- Developer(s): Oracle Corporation (originally MySQL AB)
- Operating system: Microsoft Windows, Linux, macOS, Unix-like
- Platform: Cross-platform
- Type: Database driver
- License: GPLv2 with FOSS License Exception
- Website: MySQL Connector/ODBC downloads

= MySQL Connector/ODBC =

MySQL Connector/ODBC (formerly MyODBC) is an ODBC driver developed by Oracle Corporation for connecting ODBC-enabled applications to MySQL databases.
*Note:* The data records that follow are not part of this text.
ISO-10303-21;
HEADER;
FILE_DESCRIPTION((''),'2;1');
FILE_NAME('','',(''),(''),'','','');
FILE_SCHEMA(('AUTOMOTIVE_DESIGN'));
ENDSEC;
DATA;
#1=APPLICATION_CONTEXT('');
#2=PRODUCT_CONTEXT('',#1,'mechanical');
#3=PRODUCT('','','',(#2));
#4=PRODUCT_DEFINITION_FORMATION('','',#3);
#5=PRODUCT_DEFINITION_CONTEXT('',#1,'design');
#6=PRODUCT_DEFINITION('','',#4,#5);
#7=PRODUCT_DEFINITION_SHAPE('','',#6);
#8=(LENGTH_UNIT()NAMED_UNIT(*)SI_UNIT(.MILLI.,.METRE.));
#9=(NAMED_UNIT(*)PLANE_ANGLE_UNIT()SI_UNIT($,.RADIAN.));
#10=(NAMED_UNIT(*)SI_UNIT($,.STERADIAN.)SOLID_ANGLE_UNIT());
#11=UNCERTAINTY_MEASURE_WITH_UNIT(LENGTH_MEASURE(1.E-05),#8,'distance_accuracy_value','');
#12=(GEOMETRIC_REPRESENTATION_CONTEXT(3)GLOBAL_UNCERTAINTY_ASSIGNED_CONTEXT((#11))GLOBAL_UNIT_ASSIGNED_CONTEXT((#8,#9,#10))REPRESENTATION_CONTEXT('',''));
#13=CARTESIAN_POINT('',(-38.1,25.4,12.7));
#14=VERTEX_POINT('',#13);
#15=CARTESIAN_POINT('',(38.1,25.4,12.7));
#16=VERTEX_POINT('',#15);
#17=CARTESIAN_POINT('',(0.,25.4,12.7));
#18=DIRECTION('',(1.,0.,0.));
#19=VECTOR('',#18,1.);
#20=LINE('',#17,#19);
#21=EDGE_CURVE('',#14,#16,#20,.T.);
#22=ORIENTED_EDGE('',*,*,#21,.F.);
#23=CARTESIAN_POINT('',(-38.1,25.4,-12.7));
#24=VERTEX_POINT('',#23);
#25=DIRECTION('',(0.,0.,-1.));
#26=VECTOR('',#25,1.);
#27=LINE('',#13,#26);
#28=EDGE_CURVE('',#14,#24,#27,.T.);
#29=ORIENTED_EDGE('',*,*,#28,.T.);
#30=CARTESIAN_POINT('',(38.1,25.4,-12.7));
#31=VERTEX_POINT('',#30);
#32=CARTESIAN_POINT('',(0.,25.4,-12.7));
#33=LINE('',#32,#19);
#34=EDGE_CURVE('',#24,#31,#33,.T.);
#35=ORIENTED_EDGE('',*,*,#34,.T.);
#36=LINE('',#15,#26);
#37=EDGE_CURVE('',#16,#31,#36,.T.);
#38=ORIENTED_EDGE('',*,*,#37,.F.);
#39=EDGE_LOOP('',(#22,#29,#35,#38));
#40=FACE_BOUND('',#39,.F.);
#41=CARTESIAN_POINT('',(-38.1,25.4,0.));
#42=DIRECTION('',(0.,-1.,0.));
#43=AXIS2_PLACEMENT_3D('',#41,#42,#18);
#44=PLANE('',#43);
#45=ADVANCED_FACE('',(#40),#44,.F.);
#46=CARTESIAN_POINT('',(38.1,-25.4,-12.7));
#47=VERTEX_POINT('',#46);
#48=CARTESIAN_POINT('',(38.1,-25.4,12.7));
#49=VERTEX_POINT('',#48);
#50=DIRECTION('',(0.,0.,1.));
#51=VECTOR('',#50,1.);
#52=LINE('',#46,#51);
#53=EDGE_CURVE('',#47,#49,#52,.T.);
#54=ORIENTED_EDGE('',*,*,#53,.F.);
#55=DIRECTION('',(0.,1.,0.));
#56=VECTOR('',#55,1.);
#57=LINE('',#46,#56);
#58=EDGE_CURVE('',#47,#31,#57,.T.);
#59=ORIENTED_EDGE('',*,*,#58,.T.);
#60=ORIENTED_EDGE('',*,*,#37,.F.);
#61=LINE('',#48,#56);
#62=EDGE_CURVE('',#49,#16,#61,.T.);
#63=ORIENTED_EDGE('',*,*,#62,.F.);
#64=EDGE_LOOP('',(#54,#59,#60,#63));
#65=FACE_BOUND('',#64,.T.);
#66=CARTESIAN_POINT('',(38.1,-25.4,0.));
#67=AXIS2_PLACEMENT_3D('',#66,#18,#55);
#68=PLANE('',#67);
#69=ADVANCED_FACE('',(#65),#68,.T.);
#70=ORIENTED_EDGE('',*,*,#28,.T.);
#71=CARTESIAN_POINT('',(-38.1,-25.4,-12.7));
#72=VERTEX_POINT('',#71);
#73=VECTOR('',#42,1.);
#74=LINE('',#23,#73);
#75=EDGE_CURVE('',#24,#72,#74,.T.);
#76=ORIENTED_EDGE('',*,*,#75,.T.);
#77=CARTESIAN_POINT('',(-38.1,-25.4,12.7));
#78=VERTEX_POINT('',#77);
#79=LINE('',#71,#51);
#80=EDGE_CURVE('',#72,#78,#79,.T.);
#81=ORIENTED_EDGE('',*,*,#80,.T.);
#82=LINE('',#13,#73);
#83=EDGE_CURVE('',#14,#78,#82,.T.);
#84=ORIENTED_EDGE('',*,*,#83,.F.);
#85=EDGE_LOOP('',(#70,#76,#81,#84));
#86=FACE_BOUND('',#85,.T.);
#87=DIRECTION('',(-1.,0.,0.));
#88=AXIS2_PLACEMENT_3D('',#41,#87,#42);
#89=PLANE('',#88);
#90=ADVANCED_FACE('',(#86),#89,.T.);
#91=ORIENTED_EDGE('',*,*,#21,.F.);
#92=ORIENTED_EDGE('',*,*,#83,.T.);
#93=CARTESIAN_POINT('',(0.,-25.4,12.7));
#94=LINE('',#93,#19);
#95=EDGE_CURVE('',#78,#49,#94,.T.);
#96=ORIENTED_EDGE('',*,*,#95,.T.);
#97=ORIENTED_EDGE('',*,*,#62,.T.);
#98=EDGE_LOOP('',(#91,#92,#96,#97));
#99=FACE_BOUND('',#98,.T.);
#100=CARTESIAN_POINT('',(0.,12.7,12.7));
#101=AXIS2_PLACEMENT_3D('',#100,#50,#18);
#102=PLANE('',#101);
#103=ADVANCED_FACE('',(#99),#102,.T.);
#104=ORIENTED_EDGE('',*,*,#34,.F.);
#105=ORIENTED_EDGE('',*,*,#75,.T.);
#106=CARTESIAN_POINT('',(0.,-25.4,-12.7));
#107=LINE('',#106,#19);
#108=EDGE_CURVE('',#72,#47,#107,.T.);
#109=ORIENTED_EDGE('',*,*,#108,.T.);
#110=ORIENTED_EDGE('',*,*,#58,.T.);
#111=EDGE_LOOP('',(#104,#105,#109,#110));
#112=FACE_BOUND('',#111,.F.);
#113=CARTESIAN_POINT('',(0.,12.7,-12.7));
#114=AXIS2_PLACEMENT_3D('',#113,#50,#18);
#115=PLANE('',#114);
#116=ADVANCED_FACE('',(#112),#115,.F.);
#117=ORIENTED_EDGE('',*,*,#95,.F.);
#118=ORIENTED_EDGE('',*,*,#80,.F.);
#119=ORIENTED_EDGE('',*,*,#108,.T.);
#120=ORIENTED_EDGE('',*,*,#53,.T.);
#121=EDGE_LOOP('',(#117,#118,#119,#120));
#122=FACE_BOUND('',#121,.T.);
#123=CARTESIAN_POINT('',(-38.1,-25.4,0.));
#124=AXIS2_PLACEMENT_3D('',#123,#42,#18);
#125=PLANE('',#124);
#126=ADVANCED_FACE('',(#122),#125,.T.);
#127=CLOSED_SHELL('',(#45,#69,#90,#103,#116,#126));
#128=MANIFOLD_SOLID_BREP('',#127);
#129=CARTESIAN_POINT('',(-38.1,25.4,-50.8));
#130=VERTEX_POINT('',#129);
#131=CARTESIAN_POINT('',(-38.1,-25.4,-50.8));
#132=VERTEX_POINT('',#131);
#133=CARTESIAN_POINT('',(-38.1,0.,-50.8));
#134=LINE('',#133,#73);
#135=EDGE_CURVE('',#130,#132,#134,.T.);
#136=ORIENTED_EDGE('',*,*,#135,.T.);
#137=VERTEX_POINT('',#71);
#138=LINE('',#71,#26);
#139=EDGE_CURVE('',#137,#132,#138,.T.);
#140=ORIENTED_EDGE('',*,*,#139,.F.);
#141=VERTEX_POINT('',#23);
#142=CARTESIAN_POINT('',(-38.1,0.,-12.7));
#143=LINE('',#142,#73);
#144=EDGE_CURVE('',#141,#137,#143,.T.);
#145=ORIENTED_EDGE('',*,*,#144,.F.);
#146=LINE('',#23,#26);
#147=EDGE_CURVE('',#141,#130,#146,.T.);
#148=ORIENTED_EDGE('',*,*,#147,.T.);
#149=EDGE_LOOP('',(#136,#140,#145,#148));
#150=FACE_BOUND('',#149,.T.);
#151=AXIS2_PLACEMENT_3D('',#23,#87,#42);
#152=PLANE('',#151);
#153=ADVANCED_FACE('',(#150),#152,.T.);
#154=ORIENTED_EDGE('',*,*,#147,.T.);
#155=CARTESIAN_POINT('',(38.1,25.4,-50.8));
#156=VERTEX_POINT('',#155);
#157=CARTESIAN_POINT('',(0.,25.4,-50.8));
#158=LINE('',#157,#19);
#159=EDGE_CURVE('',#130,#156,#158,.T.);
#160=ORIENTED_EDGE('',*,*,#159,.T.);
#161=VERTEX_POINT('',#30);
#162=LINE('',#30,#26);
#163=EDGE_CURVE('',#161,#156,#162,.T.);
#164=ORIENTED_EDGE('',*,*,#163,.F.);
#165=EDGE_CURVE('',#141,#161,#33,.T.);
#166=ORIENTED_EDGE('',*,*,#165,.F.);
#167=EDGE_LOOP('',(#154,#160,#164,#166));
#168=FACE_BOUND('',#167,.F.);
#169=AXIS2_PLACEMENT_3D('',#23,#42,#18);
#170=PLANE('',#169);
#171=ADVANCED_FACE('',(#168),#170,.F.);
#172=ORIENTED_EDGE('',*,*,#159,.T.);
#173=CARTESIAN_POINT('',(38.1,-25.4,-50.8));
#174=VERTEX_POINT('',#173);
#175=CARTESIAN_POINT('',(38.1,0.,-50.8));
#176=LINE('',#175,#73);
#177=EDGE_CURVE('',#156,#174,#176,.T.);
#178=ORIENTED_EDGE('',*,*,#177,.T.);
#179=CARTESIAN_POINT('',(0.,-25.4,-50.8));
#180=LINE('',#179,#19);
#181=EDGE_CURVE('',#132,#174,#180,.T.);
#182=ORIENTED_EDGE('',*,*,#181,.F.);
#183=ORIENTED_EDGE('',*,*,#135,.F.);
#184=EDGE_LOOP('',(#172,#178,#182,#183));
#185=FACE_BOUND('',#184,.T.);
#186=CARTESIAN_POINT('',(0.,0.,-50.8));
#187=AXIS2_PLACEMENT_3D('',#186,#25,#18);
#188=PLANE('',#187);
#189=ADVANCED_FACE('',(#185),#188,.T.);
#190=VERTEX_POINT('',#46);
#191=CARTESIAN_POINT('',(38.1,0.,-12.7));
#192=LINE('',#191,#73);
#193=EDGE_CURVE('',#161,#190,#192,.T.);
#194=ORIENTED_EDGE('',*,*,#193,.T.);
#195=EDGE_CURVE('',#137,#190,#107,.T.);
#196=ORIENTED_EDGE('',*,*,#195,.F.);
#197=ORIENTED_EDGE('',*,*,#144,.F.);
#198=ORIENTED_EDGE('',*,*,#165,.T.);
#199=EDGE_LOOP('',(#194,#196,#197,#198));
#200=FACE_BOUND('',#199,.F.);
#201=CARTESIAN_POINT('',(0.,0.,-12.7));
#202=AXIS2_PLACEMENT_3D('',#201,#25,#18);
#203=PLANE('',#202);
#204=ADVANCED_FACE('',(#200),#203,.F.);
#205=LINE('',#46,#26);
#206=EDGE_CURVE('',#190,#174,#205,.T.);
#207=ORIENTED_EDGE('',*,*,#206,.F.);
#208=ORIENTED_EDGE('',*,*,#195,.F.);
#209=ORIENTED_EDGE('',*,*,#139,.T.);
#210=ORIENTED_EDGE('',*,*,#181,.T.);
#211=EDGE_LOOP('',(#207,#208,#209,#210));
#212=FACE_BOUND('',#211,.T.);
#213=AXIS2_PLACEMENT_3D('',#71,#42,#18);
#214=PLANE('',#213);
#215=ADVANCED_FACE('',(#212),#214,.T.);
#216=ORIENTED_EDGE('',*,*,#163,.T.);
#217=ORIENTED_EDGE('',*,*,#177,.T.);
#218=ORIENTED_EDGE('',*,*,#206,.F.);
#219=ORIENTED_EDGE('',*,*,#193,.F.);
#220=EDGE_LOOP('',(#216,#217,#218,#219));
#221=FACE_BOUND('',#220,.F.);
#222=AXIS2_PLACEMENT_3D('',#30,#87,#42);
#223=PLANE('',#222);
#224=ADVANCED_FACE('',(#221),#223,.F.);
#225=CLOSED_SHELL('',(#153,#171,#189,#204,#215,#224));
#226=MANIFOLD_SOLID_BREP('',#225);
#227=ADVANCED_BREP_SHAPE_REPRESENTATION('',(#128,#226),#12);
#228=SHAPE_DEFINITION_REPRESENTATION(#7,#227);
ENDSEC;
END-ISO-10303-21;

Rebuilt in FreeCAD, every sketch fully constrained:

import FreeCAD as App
import Part
import Sketcher
from FreeCAD import Vector
Q = App.Units.Quantity

doc = App.newDocument("Part")
body = doc.addObject("PartDesign::Body", "Body")

sketch1 = doc.addObject("Sketcher::SketchObject", "Sketch")
body.addObject(sketch1)
sketch1.AttachmentSupport = (doc.XY_Plane, [""])
sketch1.MapMode = "FlatFace"
sketch1.addGeometry([
    Part.LineSegment(Vector(-38, 25, 0), Vector(-38, -25, 0)),
    Part.LineSegment(Vector(-38, -25, 0), Vector(38, -25, 0)),
    Part.LineSegment(Vector(38, -25, 0), Vector(38, 25, 0)),
    Part.LineSegment(Vector(38, 25, 0), Vector(-38, 25, 0)),
], False)
sketch1.addConstraint([
    Sketcher.Constraint("Coincident", 0, 2, 1, 1),
    Sketcher.Constraint("Coincident", 1, 2, 2, 1),
    Sketcher.Constraint("Coincident", 2, 2, 3, 1),
    Sketcher.Constraint("Coincident", 3, 2, 0, 1),
    Sketcher.Constraint("Vertical", 0),
    Sketcher.Constraint("Horizontal", 1),
    Sketcher.Constraint("Vertical", 2),
    Sketcher.Constraint("Horizontal", 3),
    Sketcher.Constraint("Symmetric", 0, 2, 2, 2, -1, 1),
    Sketcher.Constraint("DistanceX", 1, 1, 1, 2, Q("3 in")),
    Sketcher.Constraint("DistanceY", 0, 2, 0, 1, Q("2 in")),
])
pad1 = doc.addObject("PartDesign::Pad", "Pad")
body.addObject(pad1)
pad1.Profile = sketch1
pad1.Length = Q("1 in")
pad1.Midplane = True
body2 = doc.addObject("PartDesign::Body", "Body001")

sketch2 = doc.addObject("Sketcher::SketchObject", "Sketch001")
body2.addObject(sketch2)
sketch2.AttachmentSupport = (doc.getObject("XY_Plane001"), [""])
sketch2.MapMode = "FlatFace"
sketch2.AttachmentOffset = App.Placement(Vector(0, 0, -0.5 * 25.4), App.Rotation())
sketch2.addGeometry([
    Part.LineSegment(Vector(-38, -25, 0), Vector(-38, 25, 0)),
    Part.LineSegment(Vector(-38, 25, 0), Vector(38, 25, 0)),
    Part.LineSegment(Vector(38, 25, 0), Vector(38, -25, 0)),
    Part.LineSegment(Vector(38, -25, 0), Vector(-38, -25, 0)),
], False)
sketch2.addConstraint([
    Sketcher.Constraint("Coincident", 0, 2, 1, 1),
    Sketcher.Constraint("Coincident", 1, 2, 2, 1),
    Sketcher.Constraint("Coincident", 2, 2, 3, 1),
    Sketcher.Constraint("Coincident", 3, 2, 0, 1),
    Sketcher.Constraint("Vertical", 0),
    Sketcher.Constraint("Horizontal", 1),
    Sketcher.Constraint("Vertical", 2),
    Sketcher.Constraint("Horizontal", 3),
    Sketcher.Constraint("Symmetric", 0, 2, 2, 2, -1, 1),
    Sketcher.Constraint("DistanceX", 1, 1, 1, 2, Q("3 in")),
    Sketcher.Constraint("DistanceY", 0, 1, 0, 2, Q("2 in")),
])
pad2 = doc.addObject("PartDesign::Pad", "Pad001")
body2.addObject(pad2)
pad2.Profile = sketch2
pad2.Length = Q("1.5 in")
pad2.Reversed = True

doc.recompute()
It was originally created by MySQL AB and has been maintained by Oracle since the acquisition of Sun Microsystems in 2010.

== Overview ==
MySQL Connector/ODBC enables any application supporting ODBC—including business intelligence tools, office suites, custom applications, and legacy systems—to access, query, and manage MySQL databases using the ODBC interface.

== Platform support and installation ==
MySQL Connector/ODBC is available for Microsoft Windows, Linux, macOS, and other Unix-like systems. Both 32-bit and 64-bit builds are provided, depending on the system and application requirements.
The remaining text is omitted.